> What you should do
All lines from the one containing "e15 v15 v16 LINE" down to the one containing "e42 v6 v36 LINE", both ends included, are to be given again exactly; omit the rest of the listing below.

> Records provided
# # # #
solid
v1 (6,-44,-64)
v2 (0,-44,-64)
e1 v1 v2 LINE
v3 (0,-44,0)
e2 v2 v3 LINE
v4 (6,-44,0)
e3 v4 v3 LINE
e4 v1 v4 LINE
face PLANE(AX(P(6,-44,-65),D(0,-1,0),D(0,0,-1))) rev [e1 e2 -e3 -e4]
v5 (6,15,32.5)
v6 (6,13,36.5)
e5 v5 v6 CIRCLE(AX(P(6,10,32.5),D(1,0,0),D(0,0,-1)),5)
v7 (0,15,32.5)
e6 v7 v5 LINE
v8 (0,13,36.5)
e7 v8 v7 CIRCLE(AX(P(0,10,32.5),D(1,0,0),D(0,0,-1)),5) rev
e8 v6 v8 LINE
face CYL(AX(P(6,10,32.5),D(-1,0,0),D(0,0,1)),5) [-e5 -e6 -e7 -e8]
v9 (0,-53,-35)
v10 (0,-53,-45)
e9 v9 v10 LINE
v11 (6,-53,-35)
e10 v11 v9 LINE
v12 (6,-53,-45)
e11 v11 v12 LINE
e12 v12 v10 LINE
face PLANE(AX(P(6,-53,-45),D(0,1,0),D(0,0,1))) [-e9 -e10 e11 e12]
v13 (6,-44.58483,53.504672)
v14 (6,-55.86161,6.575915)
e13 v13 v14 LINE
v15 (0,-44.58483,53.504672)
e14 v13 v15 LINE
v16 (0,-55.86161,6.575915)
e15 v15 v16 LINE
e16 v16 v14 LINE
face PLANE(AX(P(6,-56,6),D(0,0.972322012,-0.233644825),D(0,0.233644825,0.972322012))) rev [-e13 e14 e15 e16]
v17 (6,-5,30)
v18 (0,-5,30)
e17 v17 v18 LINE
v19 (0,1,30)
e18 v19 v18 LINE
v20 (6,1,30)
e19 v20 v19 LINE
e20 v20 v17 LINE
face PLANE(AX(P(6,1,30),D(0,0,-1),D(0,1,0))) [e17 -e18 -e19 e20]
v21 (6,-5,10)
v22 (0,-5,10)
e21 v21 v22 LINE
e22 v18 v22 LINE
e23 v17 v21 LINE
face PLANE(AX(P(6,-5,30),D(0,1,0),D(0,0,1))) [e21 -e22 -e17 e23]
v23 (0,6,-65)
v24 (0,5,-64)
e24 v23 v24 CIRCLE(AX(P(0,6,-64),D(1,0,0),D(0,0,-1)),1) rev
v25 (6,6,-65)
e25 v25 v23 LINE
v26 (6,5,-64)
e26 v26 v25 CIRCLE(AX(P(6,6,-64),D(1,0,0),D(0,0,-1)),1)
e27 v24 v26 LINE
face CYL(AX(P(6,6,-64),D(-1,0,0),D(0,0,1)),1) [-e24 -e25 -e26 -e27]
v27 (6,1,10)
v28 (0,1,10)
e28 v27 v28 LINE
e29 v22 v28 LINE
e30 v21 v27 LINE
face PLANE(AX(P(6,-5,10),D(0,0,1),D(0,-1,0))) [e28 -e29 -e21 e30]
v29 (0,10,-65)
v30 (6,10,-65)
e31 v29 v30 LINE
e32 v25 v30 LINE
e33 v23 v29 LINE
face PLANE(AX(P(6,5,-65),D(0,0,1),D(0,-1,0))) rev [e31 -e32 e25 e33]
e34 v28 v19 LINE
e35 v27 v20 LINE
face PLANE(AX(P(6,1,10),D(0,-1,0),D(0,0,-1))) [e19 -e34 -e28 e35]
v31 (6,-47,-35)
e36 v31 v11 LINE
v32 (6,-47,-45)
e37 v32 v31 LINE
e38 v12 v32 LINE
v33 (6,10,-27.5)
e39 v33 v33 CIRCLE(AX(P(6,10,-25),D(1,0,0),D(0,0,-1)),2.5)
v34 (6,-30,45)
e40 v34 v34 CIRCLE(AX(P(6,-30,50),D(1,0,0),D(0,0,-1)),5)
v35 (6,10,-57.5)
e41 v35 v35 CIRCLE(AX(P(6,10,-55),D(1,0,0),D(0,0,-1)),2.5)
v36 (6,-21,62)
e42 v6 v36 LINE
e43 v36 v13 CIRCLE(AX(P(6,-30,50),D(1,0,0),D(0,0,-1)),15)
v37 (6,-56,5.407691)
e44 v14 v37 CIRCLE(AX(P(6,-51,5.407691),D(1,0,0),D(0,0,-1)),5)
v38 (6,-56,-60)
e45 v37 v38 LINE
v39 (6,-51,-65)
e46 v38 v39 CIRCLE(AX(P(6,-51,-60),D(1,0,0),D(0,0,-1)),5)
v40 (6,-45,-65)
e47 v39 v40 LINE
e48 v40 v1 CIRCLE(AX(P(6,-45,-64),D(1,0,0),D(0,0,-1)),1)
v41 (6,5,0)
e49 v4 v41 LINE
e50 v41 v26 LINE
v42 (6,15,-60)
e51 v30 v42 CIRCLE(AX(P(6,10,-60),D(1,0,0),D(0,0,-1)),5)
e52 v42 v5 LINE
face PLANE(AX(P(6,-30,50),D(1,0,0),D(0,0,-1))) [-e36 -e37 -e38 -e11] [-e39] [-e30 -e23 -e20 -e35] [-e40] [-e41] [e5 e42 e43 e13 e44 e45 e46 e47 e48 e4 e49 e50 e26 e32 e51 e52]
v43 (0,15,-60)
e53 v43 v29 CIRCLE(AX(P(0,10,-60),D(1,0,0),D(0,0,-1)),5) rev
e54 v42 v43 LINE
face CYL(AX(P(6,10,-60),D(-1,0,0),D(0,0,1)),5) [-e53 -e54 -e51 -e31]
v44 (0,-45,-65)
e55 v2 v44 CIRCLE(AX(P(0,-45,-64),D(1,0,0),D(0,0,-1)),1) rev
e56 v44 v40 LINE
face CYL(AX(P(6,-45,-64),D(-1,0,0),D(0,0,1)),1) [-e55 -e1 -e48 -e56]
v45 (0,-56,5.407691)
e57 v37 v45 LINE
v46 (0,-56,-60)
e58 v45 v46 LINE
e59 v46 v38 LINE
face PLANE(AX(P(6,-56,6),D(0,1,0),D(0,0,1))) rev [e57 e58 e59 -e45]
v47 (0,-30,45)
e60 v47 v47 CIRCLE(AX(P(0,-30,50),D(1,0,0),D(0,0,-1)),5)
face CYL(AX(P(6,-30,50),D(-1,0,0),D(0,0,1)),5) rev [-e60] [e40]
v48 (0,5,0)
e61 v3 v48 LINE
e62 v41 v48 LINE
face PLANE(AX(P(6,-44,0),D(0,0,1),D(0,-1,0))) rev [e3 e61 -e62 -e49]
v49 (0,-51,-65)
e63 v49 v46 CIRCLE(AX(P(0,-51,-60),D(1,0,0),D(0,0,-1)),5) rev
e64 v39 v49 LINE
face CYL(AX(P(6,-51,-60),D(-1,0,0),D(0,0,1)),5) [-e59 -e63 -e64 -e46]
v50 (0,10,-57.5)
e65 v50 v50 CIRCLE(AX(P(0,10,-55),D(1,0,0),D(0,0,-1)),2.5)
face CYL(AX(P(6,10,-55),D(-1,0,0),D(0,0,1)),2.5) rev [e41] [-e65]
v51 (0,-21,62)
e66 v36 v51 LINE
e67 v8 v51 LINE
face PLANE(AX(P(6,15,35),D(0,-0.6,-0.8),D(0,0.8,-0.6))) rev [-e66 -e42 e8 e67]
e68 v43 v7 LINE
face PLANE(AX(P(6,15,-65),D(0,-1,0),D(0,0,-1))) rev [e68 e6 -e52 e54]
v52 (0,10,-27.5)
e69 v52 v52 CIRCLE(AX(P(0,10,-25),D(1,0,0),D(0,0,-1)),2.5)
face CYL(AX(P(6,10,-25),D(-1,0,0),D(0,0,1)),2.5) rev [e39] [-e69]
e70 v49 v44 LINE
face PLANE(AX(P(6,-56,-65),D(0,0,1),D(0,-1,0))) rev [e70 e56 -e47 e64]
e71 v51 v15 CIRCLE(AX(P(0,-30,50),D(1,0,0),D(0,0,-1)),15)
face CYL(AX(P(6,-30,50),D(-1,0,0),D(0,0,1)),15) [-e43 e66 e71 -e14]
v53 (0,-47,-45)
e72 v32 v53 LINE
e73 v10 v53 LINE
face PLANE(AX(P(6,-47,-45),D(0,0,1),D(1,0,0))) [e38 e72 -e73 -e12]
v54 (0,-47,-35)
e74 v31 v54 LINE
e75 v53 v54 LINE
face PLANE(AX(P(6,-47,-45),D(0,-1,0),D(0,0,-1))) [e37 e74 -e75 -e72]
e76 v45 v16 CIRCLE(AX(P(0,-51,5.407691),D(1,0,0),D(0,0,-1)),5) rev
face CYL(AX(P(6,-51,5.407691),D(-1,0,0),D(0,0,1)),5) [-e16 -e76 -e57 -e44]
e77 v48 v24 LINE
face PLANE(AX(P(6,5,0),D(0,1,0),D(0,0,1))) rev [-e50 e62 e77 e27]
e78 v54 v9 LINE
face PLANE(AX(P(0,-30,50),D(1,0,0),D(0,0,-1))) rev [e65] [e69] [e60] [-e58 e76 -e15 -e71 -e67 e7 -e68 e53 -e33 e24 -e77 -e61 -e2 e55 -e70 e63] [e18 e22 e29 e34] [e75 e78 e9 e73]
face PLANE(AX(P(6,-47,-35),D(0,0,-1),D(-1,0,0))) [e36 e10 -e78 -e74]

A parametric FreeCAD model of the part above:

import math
import FreeCAD as App
import Part
import Sketcher

V = App.Vector
Q = App.Units.Quantity


def edges_at(feature, points):
    """Names of the edges that pass closest to the given points."""
    edges = feature.Shape.Edges
    near = lambda p: min(range(len(edges)), key=lambda i: edges[i].distToShape(Part.Vertex(*p))[0])
    return sorted({f"Edge{near(p) + 1}" for p in points})


def add_polygon(sketch, points):
    """Adds a closed chain of lines whose ends are joined by coincident constraints."""
    first, n = sketch.GeometryCount, len(points)
    for a, b in zip(points, points[1:] + points[:1]):
        sketch.addGeometry(Part.LineSegment(App.Vector(*a, 0), App.Vector(*b, 0)), False)
    for i in range(n):
        sketch.addConstraint(Sketcher.Constraint("Coincident", first + i, 2, first + (i + 1) % n, 1))

doc = App.newDocument("Part")
body = doc.addObject("PartDesign::Body", "Body")

# Sketch on YZ plane
sketch1 = body.newObject("Sketcher::SketchObject", "Sketch")
sketch1.AttachmentSupport = (doc.getObject("YZ_Plane"), [""])
sketch1.MapMode = "FlatFace"
sketch1.addGeometry(Part.LineSegment(V(5, 0, 0), V(5, -65, 0)), False)  # 0
sketch1.addGeometry(Part.LineSegment(V(5, -65, 0), V(15, -65, 0)), False)  # 1
sketch1.addGeometry(Part.LineSegment(V(15, -65, 0), V(15, 35, 0)), False)  # 2
sketch1.addGeometry(Part.LineSegment(V(15, 35, 0), V(-21, 62, 0)), False)  # 3
sketch1.addGeometry(Part.ArcOfCircle(Part.Circle(V(-30, 50, 0), V(0, 0, 1), 15), math.radians(53.130102), math.radians(166.488247)), False)  # 4
sketch1.addGeometry(Part.LineSegment(V(-44.58483, 53.504672, 0), V(-56, 6, 0)), False)  # 5
sketch1.addGeometry(Part.LineSegment(V(-56, 6, 0), V(-56, -65, 0)), False)  # 6
sketch1.addGeometry(Part.LineSegment(V(-56, -65, 0), V(-44, -65, 0)), False)  # 7
sketch1.addGeometry(Part.LineSegment(V(-44, -65, 0), V(-44, 0, 0)), False)  # 8
sketch1.addGeometry(Part.LineSegment(V(-44, 0, 0), V(5, 0, 0)), False)  # 9
sketch1.addGeometry(Part.Circle(V(-30, 50, 0), V(0, 0, 1), 5), False)  # 10
add_polygon(sketch1, [(-53, -45), (-53, -35), (-47, -35), (-47, -45)])  # lines 11-14
add_polygon(sketch1, [(-5, 10), (-5, 30), (1, 30), (1, 10)])  # lines 15-18
sketch1.addGeometry(Part.Circle(V(10, -25, 0), V(0, 0, 1), 2.5), False)  # 19
sketch1.addGeometry(Part.Circle(V(10, -55, 0), V(0, 0, 1), 2.5), False)  # 20
sketch1.addConstraint(Sketcher.Constraint("Coincident", 0, 2, 1, 1))
sketch1.addConstraint(Sketcher.Constraint("Coincident", 1, 2, 2, 1))
sketch1.addConstraint(Sketcher.Constraint("Coincident", 2, 2, 3, 1))
sketch1.addConstraint(Sketcher.Constraint("Tangent", 3, 2, 4, 1))
sketch1.addConstraint(Sketcher.Constraint("Tangent", 4, 2, 5, 1))
sketch1.addConstraint(Sketcher.Constraint("Coincident", 5, 2, 6, 1))
sketch1.addConstraint(Sketcher.Constraint("Coincident", 6, 2, 7, 1))
sketch1.addConstraint(Sketcher.Constraint("Coincident", 7, 2, 8, 1))
sketch1.addConstraint(Sketcher.Constraint("Coincident", 8, 2, 9, 1))
sketch1.addConstraint(Sketcher.Constraint("Coincident", 9, 2, 0, 1))
sketch1.addConstraint(Sketcher.Constraint("Vertical", 0))
sketch1.addConstraint(Sketcher.Constraint("Horizontal", 1))
sketch1.addConstraint(Sketcher.Constraint("Vertical", 2))
sketch1.addConstraint(Sketcher.Constraint("Vertical", 6))
sketch1.addConstraint(Sketcher.Constraint("Horizontal", 7))
sketch1.addConstraint(Sketcher.Constraint("Vertical", 8))
sketch1.addConstraint(Sketcher.Constraint("Horizontal", 9))
sketch1.addConstraint(Sketcher.Constraint("Vertical", 11))
sketch1.addConstraint(Sketcher.Constraint("Horizontal", 12))
sketch1.addConstraint(Sketcher.Constraint("Vertical", 13))
sketch1.addConstraint(Sketcher.Constraint("Horizontal", 14))
sketch1.addConstraint(Sketcher.Constraint("Vertical", 15))
sketch1.addConstraint(Sketcher.Constraint("Horizontal", 16))
sketch1.addConstraint(Sketcher.Constraint("Vertical", 17))
sketch1.addConstraint(Sketcher.Constraint("Horizontal", 18))
sketch1.addConstraint(Sketcher.Constraint("Coincident", 10, 3, 4, 3))
sketch1.addConstraint(Sketcher.Constraint("Equal", 19, 20))
sketch1.addConstraint(Sketcher.Constraint("PointOnObject", 8, 2, -1))
sketch1.addConstraint(Sketcher.Constraint("Horizontal", 1, 2, 6, 2))
sketch1.addConstraint(Sketcher.Constraint("Vertical", 19, 3, 20, 3))
sketch1.addConstraint(Sketcher.Constraint("Equal", 14, 16))
sketch1.addConstraint(Sketcher.Constraint("Equal", 1, 11))
sketch1.addConstraint(Sketcher.Constraint("Diameter", 10, Q("10 mm")))
sketch1.addConstraint(Sketcher.Constraint("Diameter", 19, Q("5 mm")))
sketch1.addConstraint(Sketcher.Constraint("Radius", 4, Q("15 mm")))
sketch1.addConstraint(Sketcher.Constraint("DistanceX", 1, 1, 1, 2, Q("10 mm")))
sketch1.addConstraint(Sketcher.Constraint("DistanceX", 7, 1, 7, 2, Q("12 mm")))
sketch1.addConstraint(Sketcher.Constraint("DistanceX", 9, 1, 9, 2, Q("49 mm")))
sketch1.addConstraint(Sketcher.Constraint("DistanceX", 12, 1, 12, 2, Q("6 mm")))
sketch1.addConstraint(Sketcher.Constraint("DistanceY", 0, 2, 0, 1, Q("65 mm")))
sketch1.addConstraint(Sketcher.Constraint("DistanceY", 2, 1, 2, 2, Q("100 mm")))
sketch1.addConstraint(Sketcher.Constraint("DistanceY", 6, 2, 6, 1, Q("71 mm")))
sketch1.addConstraint(Sketcher.Constraint("DistanceY", 15, 1, 15, 2, Q("20 mm")))
sketch1.addConstraint(Sketcher.Constraint("Distance", 3, Q("45 mm")))
sketch1.addConstraint(Sketcher.Constraint("DistanceX", 4, 3, -1, 1, Q("30 mm")))
sketch1.addConstraint(Sketcher.Constraint("DistanceY", -1, 1, 4, 3, Q("50 mm")))
sketch1.addConstraint(Sketcher.Constraint("DistanceX", -1, 1, 19, 3, Q("10 mm")))
sketch1.addConstraint(Sketcher.Constraint("DistanceY", 19, 3, -1, 1, Q("25 mm")))
sketch1.addConstraint(Sketcher.Constraint("DistanceY", 20, 3, -1, 1, Q("55 mm")))
sketch1.addConstraint(Sketcher.Constraint("DistanceX", 11, 2, -1, 1, Q("53 mm")))
sketch1.addConstraint(Sketcher.Constraint("DistanceY", 11, 2, -1, 1, Q("35 mm")))
sketch1.addConstraint(Sketcher.Constraint("DistanceX", 15, 2, -1, 1, Q("5 mm")))
sketch1.addConstraint(Sketcher.Constraint("DistanceY", -1, 1, 15, 2, Q("30 mm")))
pad1 = body.newObject("PartDesign::Pad", "Pad")
pad1.Profile = sketch1
pad1.Length = 6
doc.recompute()

fillet = body.newObject("PartDesign::Fillet", "Fillet")
fillet.Base = (pad1, edges_at(pad1, [
    (3, -56, -65),
    (3, -56, 6),
    (3, 15, 35),
    (3, 15, -65),
]))
fillet.Radius = 5
doc.recompute()

fillet2 = body.newObject("PartDesign::Fillet", "Fillet001")
fillet2.Base = (fillet, edges_at(fillet, [(3, 5, -65), (3, -44, -65)]))
fillet2.Radius = 1

doc.recompute()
# # # #
> Exercise output
e15 v15 v16 LINE
e16 v16 v14 LINE
face PLANE(AX(P(6,-56,6),D(0,0.972322012,-0.233644825),D(0,0.233644825,0.972322012))) rev [-e13 e14 e15 e16]
v17 (6,-5,30)
v18 (0,-5,30)
e17 v17 v18 LINE
v19 (0,1,30)
e18 v19 v18 LINE
v20 (6,1,30)
e19 v20 v19 LINE
e20 v20 v17 LINE
face PLANE(AX(P(6,1,30),D(0,0,-1),D(0,1,0))) [e17 -e18 -e19 e20]
v21 (6,-5,10)
v22 (0,-5,10)
e21 v21 v22 LINE
e22 v18 v22 LINE
e23 v17 v21 LINE
face PLANE(AX(P(6,-5,30),D(0,1,0),D(0,0,1))) [e21 -e22 -e17 e23]
v23 (0,6,-65)
v24 (0,5,-64)
e24 v23 v24 CIRCLE(AX(P(0,6,-64),D(1,0,0),D(0,0,-1)),1) rev
v25 (6,6,-65)
e25 v25 v23 LINE
v26 (6,5,-64)
e26 v26 v25 CIRCLE(AX(P(6,6,-64),D(1,0,0),D(0,0,-1)),1)
e27 v24 v26 LINE
face CYL(AX(P(6,6,-64),D(-1,0,0),D(0,0,1)),1) [-e24 -e25 -e26 -e27]
v27 (6,1,10)
v28 (0,1,10)
e28 v27 v28 LINE
e29 v22 v28 LINE
e30 v21 v27 LINE
face PLANE(AX(P(6,-5,10),D(0,0,1),D(0,-1,0))) [e28 -e29 -e21 e30]
v29 (0,10,-65)
v30 (6,10,-65)
e31 v29 v30 LINE
e32 v25 v30 LINE
e33 v23 v29 LINE
face PLANE(AX(P(6,5,-65),D(0,0,1),D(0,-1,0))) rev [e31 -e32 e25 e33]
e34 v28 v19 LINE
e35 v27 v20 LINE
face PLANE(AX(P(6,1,10),D(0,-1,0),D(0,0,-1))) [e19 -e34 -e28 e35]
v31 (6,-47,-35)
e36 v31 v11 LINE
v32 (6,-47,-45)
e37 v32 v31 LINE
e38 v12 v32 LINE
v33 (6,10,-27.5)
e39 v33 v33 CIRCLE(AX(P(6,10,-25),D(1,0,0),D(0,0,-1)),2.5)
v34 (6,-30,45)
e40 v34 v34 CIRCLE(AX(P(6,-30,50),D(1,0,0),D(0,0,-1)),5)
v35 (6,10,-57.5)
e41 v35 v35 CIRCLE(AX(P(6,10,-55),D(1,0,0),D(0,0,-1)),2.5)
v36 (6,-21,62)
e42 v6 v36 LINE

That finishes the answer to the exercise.